## [YOUR GOAL]
Note each line of the entries that includes "through". Then copy those lines.

## [RECORDS SHOWN]

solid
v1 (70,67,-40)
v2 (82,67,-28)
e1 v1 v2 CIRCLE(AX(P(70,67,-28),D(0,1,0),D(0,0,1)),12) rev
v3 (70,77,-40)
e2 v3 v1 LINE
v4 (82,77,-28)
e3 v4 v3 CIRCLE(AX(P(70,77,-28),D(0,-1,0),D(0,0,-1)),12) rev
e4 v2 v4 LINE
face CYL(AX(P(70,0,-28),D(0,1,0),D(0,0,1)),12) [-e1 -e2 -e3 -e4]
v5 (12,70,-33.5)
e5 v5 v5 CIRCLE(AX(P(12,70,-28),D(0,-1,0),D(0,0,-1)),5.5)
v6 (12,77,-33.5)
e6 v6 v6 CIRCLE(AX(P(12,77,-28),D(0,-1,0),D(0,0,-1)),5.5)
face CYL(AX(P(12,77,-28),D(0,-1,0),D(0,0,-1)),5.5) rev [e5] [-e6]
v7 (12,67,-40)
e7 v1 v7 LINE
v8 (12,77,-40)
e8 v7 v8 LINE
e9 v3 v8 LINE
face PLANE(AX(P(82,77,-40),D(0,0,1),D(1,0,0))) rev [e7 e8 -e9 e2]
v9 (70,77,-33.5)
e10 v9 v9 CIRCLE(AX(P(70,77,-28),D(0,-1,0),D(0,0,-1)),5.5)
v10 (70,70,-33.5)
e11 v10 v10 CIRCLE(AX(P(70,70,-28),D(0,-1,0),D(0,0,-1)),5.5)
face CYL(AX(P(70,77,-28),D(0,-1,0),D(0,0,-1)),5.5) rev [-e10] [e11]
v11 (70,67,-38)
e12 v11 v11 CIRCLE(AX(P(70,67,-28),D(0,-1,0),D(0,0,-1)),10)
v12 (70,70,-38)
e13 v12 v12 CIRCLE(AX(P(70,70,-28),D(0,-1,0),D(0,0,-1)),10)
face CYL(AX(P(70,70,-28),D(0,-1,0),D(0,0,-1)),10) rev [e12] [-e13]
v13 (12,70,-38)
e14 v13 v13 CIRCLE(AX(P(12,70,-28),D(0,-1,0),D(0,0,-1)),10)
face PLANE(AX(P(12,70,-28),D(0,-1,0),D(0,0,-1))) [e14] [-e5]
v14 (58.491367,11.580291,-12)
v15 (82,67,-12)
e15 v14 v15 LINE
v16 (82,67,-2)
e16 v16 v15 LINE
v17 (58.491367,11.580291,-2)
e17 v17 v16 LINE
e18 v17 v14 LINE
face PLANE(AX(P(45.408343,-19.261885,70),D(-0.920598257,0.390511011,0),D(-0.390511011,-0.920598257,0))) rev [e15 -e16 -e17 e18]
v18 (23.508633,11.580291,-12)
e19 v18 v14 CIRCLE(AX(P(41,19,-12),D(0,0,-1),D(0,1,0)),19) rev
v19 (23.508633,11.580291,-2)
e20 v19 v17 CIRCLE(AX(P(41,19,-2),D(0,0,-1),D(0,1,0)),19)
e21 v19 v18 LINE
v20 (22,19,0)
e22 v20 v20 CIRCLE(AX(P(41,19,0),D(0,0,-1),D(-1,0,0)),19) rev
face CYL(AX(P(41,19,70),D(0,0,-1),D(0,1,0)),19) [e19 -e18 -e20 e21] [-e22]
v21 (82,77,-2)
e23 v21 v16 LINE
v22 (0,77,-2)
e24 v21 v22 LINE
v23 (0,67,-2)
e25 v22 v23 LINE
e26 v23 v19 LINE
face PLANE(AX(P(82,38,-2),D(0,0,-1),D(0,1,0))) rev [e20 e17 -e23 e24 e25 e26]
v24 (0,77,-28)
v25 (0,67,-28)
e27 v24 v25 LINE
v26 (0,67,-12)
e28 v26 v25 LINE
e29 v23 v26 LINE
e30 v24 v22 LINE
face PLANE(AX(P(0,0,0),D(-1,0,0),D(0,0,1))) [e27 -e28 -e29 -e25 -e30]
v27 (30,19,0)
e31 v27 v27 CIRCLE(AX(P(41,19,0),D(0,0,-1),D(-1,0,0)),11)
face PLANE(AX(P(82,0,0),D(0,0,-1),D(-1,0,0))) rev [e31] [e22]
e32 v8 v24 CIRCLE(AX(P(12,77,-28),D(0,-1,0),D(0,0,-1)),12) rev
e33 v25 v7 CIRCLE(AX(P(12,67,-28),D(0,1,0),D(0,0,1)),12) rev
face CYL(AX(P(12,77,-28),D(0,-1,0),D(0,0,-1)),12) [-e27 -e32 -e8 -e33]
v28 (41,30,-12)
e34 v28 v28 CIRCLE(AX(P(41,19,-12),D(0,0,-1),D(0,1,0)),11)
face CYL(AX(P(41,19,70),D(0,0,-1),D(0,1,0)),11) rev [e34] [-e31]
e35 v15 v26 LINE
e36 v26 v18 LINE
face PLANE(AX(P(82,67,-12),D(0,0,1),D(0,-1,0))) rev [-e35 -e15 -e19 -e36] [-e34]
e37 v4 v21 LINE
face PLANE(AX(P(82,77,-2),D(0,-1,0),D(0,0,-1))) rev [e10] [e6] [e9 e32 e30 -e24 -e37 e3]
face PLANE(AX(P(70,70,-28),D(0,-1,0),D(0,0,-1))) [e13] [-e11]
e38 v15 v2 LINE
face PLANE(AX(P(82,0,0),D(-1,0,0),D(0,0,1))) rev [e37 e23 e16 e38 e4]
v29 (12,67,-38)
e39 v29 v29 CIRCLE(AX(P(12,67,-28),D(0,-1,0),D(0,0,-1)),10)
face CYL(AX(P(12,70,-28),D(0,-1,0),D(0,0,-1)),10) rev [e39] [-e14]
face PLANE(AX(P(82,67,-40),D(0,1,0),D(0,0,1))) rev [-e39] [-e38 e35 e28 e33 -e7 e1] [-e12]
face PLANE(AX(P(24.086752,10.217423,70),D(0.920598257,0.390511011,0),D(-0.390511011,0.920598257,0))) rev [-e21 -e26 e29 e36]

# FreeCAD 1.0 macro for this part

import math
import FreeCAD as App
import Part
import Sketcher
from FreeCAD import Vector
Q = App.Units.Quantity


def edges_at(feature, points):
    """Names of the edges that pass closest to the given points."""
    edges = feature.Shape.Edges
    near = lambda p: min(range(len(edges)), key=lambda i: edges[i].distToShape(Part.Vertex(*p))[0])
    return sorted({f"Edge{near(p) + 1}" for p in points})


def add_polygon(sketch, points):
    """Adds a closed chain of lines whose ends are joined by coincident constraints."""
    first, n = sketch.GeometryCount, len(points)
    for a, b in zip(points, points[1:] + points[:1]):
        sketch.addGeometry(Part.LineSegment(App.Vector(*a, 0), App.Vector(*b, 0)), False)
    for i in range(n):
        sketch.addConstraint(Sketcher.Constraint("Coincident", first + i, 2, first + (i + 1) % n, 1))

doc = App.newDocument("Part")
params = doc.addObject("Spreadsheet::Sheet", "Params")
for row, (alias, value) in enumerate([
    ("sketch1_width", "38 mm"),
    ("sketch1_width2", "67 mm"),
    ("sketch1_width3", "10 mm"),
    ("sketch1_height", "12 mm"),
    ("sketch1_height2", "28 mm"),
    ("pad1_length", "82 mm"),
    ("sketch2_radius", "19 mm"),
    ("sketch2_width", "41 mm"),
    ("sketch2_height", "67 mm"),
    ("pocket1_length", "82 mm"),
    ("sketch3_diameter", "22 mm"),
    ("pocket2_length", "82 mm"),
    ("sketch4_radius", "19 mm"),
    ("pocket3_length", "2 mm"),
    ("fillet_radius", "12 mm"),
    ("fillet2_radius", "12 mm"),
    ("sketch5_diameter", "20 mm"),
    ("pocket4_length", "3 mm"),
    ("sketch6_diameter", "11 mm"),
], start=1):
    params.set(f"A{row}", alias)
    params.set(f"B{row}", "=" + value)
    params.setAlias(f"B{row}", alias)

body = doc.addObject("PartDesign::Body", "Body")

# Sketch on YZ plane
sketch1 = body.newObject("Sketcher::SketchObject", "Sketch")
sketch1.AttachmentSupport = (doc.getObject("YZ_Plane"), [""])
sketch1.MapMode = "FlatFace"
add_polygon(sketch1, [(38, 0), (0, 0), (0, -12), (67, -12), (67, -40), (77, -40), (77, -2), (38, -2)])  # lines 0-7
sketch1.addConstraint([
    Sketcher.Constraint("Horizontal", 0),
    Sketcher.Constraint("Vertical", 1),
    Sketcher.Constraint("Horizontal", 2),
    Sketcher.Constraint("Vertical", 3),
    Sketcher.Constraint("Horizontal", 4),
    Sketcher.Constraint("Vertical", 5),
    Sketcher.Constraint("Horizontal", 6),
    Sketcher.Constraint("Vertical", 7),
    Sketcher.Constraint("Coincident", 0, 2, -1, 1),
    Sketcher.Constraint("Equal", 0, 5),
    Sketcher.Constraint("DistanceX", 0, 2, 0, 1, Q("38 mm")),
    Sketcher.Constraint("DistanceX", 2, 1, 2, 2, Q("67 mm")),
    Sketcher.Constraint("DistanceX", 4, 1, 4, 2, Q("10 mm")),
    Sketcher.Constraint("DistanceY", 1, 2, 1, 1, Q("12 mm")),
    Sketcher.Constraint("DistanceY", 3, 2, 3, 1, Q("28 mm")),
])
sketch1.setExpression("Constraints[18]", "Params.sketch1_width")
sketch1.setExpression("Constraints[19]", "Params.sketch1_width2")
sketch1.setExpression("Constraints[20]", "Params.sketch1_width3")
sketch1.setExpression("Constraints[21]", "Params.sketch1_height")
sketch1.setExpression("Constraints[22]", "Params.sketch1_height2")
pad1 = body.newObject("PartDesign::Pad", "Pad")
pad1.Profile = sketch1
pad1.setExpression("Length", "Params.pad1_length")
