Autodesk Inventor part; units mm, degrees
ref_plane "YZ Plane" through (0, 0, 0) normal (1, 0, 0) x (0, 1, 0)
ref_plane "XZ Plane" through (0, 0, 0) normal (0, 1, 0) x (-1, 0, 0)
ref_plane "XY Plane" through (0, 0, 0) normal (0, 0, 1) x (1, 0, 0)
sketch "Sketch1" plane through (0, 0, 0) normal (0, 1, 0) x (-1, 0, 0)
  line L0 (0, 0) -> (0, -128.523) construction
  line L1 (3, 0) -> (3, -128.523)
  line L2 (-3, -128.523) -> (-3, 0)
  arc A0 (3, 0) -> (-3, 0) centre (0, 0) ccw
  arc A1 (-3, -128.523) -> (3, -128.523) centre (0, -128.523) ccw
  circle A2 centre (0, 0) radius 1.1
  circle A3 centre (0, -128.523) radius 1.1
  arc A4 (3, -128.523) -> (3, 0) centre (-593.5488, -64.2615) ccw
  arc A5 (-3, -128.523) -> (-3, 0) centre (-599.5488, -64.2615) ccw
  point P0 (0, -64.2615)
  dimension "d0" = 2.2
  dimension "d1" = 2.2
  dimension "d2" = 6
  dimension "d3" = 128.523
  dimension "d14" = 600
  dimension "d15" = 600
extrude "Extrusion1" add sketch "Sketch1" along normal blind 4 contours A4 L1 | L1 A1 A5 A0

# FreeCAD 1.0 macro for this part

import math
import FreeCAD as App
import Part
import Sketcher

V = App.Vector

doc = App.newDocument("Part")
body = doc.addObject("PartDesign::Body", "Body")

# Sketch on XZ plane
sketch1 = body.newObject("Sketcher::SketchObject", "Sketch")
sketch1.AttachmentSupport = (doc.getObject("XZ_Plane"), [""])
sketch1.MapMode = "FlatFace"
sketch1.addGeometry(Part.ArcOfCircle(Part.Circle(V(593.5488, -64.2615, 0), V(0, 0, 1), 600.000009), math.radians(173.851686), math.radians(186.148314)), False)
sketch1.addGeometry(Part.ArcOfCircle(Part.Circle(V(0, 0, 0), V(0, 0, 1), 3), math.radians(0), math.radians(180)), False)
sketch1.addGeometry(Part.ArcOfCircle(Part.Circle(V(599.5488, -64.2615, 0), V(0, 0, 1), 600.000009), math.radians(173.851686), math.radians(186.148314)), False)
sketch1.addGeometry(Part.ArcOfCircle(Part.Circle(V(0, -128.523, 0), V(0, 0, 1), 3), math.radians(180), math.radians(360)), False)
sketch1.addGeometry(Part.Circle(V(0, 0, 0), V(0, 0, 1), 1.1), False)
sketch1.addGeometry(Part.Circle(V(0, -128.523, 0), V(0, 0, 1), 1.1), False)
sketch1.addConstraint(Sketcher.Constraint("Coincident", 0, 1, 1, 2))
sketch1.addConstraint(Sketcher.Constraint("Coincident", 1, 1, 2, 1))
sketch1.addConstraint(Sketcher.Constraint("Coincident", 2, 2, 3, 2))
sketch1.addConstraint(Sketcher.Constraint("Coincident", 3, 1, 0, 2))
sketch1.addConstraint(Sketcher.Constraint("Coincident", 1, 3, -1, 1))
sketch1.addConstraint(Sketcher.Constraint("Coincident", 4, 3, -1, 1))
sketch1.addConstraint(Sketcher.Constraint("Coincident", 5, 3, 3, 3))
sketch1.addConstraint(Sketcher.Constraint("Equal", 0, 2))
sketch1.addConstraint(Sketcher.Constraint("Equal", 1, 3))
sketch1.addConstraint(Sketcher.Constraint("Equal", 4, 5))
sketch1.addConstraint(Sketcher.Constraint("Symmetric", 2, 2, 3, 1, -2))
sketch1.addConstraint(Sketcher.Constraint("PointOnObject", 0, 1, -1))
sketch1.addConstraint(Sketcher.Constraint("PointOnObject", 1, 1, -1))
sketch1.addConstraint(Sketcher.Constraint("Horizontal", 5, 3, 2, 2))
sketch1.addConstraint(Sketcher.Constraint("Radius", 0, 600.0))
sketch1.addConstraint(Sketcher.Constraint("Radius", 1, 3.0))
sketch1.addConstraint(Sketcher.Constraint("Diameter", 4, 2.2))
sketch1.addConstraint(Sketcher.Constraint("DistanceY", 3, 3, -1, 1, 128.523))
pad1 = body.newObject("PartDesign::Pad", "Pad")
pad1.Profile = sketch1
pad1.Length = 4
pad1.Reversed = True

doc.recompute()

## [RESULT OF THE TASK]
ref_plane "YZ Plane" through (0, 0, 0) normal (1, 0, 0) x (0, 1, 0)
ref_plane "XZ Plane" through (0, 0, 0) normal (0, 1, 0) x (-1, 0, 0)
ref_plane "XY Plane" through (0, 0, 0) normal (0, 0, 1) x (1, 0, 0)
sketch "Sketch1" plane through (0, 0, 0) normal (0, 1, 0) x (-1, 0, 0)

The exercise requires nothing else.